Hmm... I think that's all.
Focker out.

gt jorgito
02-09-2008, 11:22 PM
Great info bro, Thanks alot. I'm gonna try it again with a longer fork and see how that goes. I'll start with a 100mm since I still wanna keep the Team frame as an XC racer. We'll see what happens.

GTJ

Sweeney
03-11-2008, 05:11 PM
Last year when I set up my I-drive Team I used IRC Mibro's 2.25 front and 2.1 rear, weighing 570g and 520g. I noticed at my Xterra races that the fast guys had much smaller rubber, so this year I mounted up the 2.1 in the front and got a 1.95 Mibro, 420g, on the rear. Wow! It goes like a raped ape! Same grip. Same handling. Same problem in deep sand but no worse. I'm just wondering if I'll find any problems with rocks, but after just one ride I'm loving it!!

So, please tell me; what size and what model tires do you have or did you have on your I-drive Team?

gt jorgito
03-11-2008, 08:43 PM
I'm using Hutchinson Pythons on Crossmax XLs. They are 2.0 both front and back. They are around 600 to 700 grms. They are pretty good but not as light. Haven't had any problems yet and the shorter tread makes them pretty fast. They stick like glue and very predictable when they are getting ready to break free. I've also had Maxxix igniters at 1.95 front and back. I Liked them alot but they wear out really quick and to expensive for my blood. All of these are not the greatest in sandy or in muddy conditions which here in Oklahoma you can have both in the same trail. Hee hee, but not all the time though.

J.V.

bradmtb
03-12-2008, 07:36 PM
I'm racing mine again after a year off (tried my SC Blur LT last year). Just got my Fox shock back from being Pushed, and love it. I race Sport Clydesdale about 5-7 times a year and no problems so far:thumbsup:

Sweeney
05-18-2008, 12:11 PM
Cutting the weight of the tires in my previous post got me in the weight saving mood. I switched out my old faithful Terry Fly saddle for a SLR, my bar for a Sette CF flat bar, got a lighter 10 degree stem and foam grips. I'm now right there at 23.98 lbs race ready with pedals, bottle cage and computer.

This bike just plain rocks!

DIRTJUNKIE,
05-19-2008, 06:43 PM
Cutting the weight of the tires in my previous post got me in the weight saving mood. I switched out my old faithful Terry Fly saddle for a SLR, my bar for a Sette CF flat bar, got a lighter 10 degree stem and foam grips. I'm now right there at 23.98 lbs race ready with pedals, bottle cage and computer.

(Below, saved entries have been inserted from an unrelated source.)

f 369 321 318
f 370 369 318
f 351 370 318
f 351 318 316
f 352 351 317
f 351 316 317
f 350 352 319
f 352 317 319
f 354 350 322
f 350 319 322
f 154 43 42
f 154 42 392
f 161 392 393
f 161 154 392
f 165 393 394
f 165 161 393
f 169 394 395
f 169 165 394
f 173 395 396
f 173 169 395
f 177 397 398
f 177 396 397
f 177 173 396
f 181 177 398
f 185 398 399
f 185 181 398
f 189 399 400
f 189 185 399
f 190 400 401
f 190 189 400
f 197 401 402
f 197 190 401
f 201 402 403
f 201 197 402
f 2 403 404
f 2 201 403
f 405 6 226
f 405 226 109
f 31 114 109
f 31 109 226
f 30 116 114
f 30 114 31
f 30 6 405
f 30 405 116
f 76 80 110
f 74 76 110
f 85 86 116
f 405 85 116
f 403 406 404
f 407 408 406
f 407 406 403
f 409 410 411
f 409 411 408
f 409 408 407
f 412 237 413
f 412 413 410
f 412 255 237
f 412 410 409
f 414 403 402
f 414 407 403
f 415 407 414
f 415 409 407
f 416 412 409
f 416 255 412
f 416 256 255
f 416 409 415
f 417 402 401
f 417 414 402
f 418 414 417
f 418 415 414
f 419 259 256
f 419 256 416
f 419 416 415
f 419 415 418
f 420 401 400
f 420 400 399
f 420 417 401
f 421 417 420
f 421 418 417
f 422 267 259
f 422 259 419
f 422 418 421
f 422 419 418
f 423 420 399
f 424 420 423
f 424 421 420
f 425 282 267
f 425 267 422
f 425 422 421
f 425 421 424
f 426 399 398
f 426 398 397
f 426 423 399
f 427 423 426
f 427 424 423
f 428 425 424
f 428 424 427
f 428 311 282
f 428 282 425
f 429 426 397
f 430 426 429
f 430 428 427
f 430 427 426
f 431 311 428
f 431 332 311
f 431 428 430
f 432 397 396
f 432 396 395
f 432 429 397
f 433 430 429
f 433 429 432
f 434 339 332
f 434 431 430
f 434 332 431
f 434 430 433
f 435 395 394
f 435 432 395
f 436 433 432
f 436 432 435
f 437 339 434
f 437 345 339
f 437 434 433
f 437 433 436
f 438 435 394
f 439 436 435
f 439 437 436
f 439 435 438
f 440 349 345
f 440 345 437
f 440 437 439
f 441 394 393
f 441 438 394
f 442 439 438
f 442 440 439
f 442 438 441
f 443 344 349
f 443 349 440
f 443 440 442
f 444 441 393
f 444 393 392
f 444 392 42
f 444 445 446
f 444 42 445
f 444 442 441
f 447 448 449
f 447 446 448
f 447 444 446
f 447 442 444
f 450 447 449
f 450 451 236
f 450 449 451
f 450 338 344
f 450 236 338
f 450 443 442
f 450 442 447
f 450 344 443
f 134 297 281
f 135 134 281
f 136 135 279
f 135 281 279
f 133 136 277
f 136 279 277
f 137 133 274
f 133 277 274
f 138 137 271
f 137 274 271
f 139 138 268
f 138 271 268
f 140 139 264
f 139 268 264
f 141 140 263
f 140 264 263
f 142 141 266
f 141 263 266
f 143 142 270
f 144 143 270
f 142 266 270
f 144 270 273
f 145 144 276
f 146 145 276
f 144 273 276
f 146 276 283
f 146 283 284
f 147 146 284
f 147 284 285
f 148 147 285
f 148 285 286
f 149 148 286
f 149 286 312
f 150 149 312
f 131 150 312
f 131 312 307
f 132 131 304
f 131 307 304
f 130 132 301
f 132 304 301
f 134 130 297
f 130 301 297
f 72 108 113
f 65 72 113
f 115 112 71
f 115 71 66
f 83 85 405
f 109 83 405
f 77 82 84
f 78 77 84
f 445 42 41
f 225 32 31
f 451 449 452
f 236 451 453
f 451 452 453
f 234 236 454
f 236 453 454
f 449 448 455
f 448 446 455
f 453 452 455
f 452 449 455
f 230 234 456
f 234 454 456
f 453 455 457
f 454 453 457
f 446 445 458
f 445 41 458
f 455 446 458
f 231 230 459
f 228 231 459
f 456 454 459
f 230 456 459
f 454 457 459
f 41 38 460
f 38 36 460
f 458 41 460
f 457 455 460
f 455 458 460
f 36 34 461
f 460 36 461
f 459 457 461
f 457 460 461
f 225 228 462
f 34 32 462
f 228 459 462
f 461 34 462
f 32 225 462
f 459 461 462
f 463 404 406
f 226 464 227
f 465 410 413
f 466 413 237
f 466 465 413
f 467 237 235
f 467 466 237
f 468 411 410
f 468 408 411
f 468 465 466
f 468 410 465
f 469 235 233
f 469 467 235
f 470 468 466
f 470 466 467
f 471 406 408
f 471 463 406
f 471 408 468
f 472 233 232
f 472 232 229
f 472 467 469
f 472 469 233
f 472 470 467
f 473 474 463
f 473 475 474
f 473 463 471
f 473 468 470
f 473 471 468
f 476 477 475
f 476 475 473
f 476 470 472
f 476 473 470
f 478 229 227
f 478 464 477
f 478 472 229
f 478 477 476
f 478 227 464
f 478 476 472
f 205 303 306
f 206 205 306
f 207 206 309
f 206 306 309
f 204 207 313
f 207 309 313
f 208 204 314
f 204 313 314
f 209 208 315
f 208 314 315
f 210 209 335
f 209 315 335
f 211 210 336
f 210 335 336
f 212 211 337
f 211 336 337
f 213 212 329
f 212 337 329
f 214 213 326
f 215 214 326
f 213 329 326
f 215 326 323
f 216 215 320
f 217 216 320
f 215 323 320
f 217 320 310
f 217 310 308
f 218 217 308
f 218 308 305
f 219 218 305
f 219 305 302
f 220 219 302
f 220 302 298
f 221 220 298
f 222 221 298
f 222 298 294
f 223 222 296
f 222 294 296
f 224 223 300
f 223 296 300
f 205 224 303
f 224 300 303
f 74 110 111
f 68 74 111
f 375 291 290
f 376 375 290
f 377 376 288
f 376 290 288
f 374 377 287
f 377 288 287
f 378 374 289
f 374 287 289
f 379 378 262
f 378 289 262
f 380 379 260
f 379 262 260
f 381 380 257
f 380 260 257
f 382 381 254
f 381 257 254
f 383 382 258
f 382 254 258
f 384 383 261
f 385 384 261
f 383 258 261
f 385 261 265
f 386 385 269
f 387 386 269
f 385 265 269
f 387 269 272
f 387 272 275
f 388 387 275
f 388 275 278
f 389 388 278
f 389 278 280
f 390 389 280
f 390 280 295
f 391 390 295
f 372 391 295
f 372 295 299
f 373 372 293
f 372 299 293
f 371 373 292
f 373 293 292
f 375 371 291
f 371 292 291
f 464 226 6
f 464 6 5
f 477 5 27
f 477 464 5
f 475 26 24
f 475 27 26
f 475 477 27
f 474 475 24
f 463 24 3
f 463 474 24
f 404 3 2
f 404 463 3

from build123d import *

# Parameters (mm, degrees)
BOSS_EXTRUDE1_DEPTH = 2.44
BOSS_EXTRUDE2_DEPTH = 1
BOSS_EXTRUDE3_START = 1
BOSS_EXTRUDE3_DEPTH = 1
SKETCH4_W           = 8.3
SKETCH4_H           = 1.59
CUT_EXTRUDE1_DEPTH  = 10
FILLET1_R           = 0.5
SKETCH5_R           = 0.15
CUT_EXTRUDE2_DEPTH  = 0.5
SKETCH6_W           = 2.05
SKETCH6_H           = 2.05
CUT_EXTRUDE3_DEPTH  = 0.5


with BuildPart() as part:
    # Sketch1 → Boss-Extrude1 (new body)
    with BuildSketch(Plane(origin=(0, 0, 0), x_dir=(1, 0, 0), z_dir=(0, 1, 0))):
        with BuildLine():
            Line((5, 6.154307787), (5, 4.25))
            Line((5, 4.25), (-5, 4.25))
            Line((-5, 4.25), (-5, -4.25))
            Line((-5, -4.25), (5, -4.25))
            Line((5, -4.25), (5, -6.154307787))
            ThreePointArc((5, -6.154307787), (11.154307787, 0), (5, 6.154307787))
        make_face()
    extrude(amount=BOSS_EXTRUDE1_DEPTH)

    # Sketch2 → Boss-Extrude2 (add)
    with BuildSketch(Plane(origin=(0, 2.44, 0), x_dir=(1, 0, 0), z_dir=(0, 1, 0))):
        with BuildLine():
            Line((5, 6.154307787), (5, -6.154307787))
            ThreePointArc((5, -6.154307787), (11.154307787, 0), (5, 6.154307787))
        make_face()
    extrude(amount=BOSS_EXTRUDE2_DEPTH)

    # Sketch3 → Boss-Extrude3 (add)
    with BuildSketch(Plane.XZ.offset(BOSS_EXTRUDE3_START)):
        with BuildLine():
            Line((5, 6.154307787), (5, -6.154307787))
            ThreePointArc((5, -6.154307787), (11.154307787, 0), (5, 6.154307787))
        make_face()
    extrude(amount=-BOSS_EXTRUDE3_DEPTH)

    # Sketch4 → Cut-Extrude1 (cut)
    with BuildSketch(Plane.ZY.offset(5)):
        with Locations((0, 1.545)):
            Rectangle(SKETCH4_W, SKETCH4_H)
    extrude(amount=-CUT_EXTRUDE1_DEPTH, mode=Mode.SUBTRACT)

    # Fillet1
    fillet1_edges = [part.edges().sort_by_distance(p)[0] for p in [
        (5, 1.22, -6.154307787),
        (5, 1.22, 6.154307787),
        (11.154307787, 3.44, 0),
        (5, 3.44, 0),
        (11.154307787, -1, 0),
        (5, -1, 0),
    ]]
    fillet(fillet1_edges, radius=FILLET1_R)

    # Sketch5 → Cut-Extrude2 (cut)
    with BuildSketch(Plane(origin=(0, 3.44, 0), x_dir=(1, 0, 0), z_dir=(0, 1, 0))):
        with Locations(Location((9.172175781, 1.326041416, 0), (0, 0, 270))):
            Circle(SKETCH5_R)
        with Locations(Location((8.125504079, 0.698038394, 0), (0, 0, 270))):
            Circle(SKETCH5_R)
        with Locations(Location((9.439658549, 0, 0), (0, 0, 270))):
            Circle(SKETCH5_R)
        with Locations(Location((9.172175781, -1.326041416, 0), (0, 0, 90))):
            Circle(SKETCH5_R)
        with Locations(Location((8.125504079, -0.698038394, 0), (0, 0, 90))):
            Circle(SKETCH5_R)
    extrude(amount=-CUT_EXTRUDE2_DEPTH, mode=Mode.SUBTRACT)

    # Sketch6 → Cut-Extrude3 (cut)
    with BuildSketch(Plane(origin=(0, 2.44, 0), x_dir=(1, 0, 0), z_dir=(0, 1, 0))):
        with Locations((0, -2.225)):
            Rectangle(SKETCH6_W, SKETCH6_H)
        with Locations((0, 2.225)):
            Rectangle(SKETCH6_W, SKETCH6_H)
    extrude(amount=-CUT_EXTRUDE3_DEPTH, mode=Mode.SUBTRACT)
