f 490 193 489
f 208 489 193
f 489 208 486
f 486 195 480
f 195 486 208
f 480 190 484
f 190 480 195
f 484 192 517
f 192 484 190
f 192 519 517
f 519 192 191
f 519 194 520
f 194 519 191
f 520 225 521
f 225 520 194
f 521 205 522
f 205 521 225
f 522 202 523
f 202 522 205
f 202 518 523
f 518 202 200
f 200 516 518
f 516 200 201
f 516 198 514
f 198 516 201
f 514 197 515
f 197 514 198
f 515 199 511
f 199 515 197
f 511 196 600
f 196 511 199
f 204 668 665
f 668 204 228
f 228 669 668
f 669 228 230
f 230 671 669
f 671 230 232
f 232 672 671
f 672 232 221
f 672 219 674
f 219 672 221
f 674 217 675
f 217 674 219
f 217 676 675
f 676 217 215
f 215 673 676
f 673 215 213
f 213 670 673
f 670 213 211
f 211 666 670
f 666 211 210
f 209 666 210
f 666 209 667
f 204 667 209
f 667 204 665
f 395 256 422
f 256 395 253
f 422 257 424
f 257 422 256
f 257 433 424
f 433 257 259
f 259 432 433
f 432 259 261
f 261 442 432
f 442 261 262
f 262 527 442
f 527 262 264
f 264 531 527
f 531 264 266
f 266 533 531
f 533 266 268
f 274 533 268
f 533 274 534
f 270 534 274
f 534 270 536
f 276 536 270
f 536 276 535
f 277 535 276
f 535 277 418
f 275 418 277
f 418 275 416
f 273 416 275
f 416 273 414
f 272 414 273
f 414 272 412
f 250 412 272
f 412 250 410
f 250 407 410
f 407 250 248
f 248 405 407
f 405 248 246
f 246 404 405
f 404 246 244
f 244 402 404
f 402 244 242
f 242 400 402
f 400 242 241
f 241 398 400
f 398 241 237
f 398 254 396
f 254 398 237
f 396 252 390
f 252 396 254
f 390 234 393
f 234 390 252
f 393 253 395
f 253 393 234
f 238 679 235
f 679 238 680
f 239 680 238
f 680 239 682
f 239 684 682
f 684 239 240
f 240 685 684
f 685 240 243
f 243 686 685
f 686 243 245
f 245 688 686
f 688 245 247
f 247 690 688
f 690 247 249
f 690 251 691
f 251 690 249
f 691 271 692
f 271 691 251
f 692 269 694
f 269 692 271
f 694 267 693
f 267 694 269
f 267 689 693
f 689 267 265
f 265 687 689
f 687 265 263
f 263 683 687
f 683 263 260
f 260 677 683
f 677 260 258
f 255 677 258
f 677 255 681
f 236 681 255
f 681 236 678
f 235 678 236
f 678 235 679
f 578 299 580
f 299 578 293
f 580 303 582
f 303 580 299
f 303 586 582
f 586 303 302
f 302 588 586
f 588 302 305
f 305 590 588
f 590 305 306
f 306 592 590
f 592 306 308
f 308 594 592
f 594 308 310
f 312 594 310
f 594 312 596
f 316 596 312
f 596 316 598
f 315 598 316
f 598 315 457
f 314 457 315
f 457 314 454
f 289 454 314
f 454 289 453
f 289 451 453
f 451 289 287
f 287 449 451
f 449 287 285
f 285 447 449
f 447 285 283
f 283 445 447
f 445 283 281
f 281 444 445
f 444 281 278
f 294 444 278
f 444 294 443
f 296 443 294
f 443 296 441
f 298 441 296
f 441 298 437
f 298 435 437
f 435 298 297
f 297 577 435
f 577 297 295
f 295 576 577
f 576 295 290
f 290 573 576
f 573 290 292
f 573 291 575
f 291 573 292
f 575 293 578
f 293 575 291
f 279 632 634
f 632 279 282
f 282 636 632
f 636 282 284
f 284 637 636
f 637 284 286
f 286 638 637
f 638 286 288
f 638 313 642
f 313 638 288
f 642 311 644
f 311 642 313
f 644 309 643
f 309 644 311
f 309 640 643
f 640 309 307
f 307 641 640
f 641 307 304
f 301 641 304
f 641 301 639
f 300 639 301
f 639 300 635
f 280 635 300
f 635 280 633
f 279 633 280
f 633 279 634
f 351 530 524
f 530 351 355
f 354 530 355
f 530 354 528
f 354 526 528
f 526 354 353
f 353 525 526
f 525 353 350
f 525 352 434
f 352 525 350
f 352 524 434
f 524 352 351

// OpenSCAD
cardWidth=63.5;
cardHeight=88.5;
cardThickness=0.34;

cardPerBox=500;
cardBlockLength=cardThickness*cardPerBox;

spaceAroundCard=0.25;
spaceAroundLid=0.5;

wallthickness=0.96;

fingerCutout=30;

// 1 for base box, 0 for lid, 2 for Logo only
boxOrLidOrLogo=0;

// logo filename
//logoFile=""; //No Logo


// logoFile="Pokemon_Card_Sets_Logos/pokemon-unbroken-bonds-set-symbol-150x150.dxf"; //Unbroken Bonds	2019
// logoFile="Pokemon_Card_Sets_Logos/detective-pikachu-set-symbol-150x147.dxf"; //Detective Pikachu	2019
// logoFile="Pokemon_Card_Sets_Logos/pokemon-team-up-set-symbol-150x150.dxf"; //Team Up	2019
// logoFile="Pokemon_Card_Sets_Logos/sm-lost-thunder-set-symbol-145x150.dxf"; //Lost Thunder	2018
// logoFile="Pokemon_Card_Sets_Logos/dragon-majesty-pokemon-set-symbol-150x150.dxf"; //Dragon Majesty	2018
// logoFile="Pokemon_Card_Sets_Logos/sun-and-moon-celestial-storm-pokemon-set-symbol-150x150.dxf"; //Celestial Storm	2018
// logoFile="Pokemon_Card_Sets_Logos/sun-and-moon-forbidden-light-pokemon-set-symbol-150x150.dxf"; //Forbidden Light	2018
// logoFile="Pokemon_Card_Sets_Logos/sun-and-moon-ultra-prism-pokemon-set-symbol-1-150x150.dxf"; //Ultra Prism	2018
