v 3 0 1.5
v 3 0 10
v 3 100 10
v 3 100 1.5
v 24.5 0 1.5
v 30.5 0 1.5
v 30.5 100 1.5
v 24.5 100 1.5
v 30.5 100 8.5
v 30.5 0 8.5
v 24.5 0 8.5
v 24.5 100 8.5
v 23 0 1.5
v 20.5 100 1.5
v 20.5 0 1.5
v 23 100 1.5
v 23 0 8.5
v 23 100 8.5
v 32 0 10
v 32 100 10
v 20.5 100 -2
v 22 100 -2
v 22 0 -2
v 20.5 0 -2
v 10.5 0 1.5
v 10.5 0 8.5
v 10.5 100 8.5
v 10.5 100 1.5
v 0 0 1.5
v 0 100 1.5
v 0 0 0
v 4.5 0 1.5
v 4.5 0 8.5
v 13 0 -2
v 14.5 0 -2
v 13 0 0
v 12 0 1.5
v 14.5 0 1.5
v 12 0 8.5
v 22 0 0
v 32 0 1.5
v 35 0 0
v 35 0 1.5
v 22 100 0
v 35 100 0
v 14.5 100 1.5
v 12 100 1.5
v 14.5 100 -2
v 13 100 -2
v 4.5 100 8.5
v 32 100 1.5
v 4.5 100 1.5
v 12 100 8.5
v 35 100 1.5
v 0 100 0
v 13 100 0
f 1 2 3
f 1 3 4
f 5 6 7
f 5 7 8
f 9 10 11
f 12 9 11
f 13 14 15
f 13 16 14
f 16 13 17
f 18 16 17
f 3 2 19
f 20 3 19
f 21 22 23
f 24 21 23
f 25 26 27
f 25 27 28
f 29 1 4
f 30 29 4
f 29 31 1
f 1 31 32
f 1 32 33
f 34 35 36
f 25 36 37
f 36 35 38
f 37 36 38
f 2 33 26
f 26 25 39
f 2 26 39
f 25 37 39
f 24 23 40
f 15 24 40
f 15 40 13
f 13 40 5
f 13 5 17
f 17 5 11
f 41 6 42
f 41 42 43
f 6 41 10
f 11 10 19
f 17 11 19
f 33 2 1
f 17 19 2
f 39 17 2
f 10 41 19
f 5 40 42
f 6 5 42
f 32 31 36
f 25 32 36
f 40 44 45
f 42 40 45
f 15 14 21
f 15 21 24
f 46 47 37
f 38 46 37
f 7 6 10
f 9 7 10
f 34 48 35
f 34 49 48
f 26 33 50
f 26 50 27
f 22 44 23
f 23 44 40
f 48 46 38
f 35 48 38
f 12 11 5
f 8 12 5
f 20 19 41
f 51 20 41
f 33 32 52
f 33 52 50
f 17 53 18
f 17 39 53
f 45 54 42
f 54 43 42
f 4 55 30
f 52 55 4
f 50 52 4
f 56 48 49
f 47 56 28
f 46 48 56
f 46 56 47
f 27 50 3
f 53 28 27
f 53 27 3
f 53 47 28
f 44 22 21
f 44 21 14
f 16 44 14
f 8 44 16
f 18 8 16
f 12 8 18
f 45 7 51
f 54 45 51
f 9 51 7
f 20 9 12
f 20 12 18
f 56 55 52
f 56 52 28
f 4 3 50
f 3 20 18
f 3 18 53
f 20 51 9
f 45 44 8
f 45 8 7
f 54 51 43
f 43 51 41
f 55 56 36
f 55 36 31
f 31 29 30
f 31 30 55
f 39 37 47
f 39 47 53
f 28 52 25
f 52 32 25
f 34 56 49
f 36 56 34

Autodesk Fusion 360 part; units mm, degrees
sketch "Sketch1" plane through (0, 0, 0) normal (0, 1, 0) x (1, 0, 0)
  line L0 (0, -1) -> (0, 0)
  line L1 (12, 0) -> (12, 1)
  line L2 (12, 1) -> (13, 1)
  line L3 (2, -1.5) -> (2, -2.5)
  line L4 (2, -2.5) -> (1, -2.5)
  line L5 (2, -1.5) -> (3, -1.5)
  line L6 (4.5, -1.5) -> (4.5, -8.5)
  line L7 (3, -8.5) -> (3, -1.5)
  line L8 (4.5, -1.5) -> (10.5, -1.5)
  line L9 (12, -1.5) -> (12, -8.5)
  line L10 (10.5, -8.5) -> (10.5, -1.5)
  line L11 (17.5, -10) -> (3, -10)
  line L12 (3, -10) -> (3, -8.5)
  line L13 (4.5, -8.5) -> (10.5, -8.5)
  line L14 (12, -8.5) -> (17.5, -8.5)
  line L15 (1, -2.5) -> (1, -1)
  line L16 (1, -1) -> (0, -1)
  line L17 (12, -1.5) -> (13, -1.5)
  line L18 (13, -1.5) -> (13, 1)
  line L19 (12, 0) -> (0, 0)
  line L20 (23, -1.5) -> (23, -8.5)
  line L21 (22, -1.5) -> (22, 1)
  line L22 (32, -8.5) -> (32, -1.5)
  line L23 (30.5, -8.5) -> (24.5, -8.5)
  line L24 (30.5, -1.5) -> (24.5, -1.5)
  line L25 (32, -10) -> (32, -8.5)
  line L26 (23, 0) -> (23, 1)
  line L27 (33, -1.5) -> (32, -1.5)
  line L28 (23, 1) -> (22, 1)
  line L29 (34, -2.5) -> (34, -1)
  line L30 (24.5, -8.5) -> (24.5, -1.5)
  line L31 (23, 0) -> (35, 0)
  line L32 (23, -1.5) -> (22, -1.5)
  line L33 (34, -1) -> (35, -1)
  line L34 (30.5, -1.5) -> (30.5, -8.5)
  line L35 (33, -1.5) -> (33, -2.5)
  line L36 (35, -1) -> (35, 0)
  line L37 (23, -8.5) -> (17.5, -8.5)
  line L38 (17.5, -10) -> (32, -10)
  line L39 (33, -2.5) -> (34, -2.5)
  point P0 (35, 0)
  dimension "d2" = 1
  dimension "d9" = 1
  dimension "d10" = 1.5
  dimension "d11" = 7
  dimension "d12" = 6
  dimension "d13" = 1.5
  dimension "d14" = 7
  dimension "d15" = 14.5
  dimension "d16" = 1.5
extrude "Extrude1" add sketch "Sketch1" along normal blind 5
extrude "Extrude2" add 1 faces at (10.3333, 5, 9.5) along direction (0, 1, 0) blind 95
extrude "Extrude3" cut 1 faces at (1.6667, 66.6667, 2.5) along direction (0, 0, -1) blind 1
extrude "Extrude4" add 1 faces at (1, 66.6667, 1.3333) along direction (-1, 0, 0) blind 1
extrude "Extrude5" cut 1 faces at (33.3333, 33.3333, 2.5) along direction (0, 0, -1) blind 1
extrude "Extrude6" add 1 faces at (34, 66.6667, 1.3333) along direction (1, 0, 0) blind 1
extrude "Extrude7" add 1 faces at (13, 33.3333, 0.6667) along direction (1, 0, 0) blind 1
extrude "Extrude8" cut 1 faces at (12, 66.6667, -0.3333) along direction (1, 0, 0) blind 1
extrude "Extrude9" add 1 faces at (22, 33.3333, 0.6667) along direction (-1, 0, 0) blind 1
extrude "Extrude10" cut 1 faces at (23, 33.3333, -0.3333) along direction (-1, 0, 0) blind 1
extrude "Extrude11" add 1 faces at (13.3333, 66.6667, -1) along direction (0, 0, -1) blind 1
extrude "Extrude12" add 1 faces at (21.6667, 66.6667, -1) along direction (0, 0, -1) blind 1
extrude "Extrude13" add 1 faces at (14, 33.3333, -0.8333) along direction (1, 0, 0) blind 0.5
extrude "Extrude14" add 1 faces at (21, 66.6667, 0.3333) along direction (-1, 0, 0) blind 0.5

This bike just plain rocks!
Very nice! So how do you like the geometry and handling with the fork set at 80mm? Compared to the recommended 63mm for that frame. Did you ever try both and compare?

Jay

Sweeney
05-20-2008, 04:06 PM
I never felt the need to try it at 63. The front end is already low and I didn't want to lower it. As set up it just eats single track like a machine, climbs like a mountain goat, and descends and handles the high speed stuff perfectly. The only issue at all is that with the lower bottom bracket compared to my Zaskars I whack my pedals into more rocks. No problem, but I did knock a big chunk off of a Speedplay Frog. I still use it but it has a big hole in it.

DIRTJUNKIE,
05-24-2008, 03:09 PM
I never felt the need to try it at 63. The front end is already low and I didn't want to lower it. As set up it just eats single track like a machine, climbs like a mountain goat, and descends and handles the high speed stuff perfectly. The only issue at all is that with the lower bottom bracket compared to my Zaskars I whack my pedals into more rocks. No problem, but I did knock a big chunk off of a Speedplay Frog. I still use it but it has a big hole in it.
Oh I was just wondering because I know those frames originally were speced out with a 63mm SID Race fork. And remember way back people talking about upgrading to an 80mm and some were disappointed with the way it handled and went back to 63mm as a result. But everyone is different and if it works as good for you as you describe I can see why you "never felt the need to try it at 63mm". It is definitely one of my all time favorite XC machines even to this day.:thumbsup:

Sweeney
07-26-2008, 04:31 PM
Yea, maybe the 80mm fork slows down the handling just enough for my 58 yr old reflexes!

I took it for a 45 mile ride today. When I built it, I never thought I'd ride in on such a long ride, but even with the SLR and it rode like a dream come true!!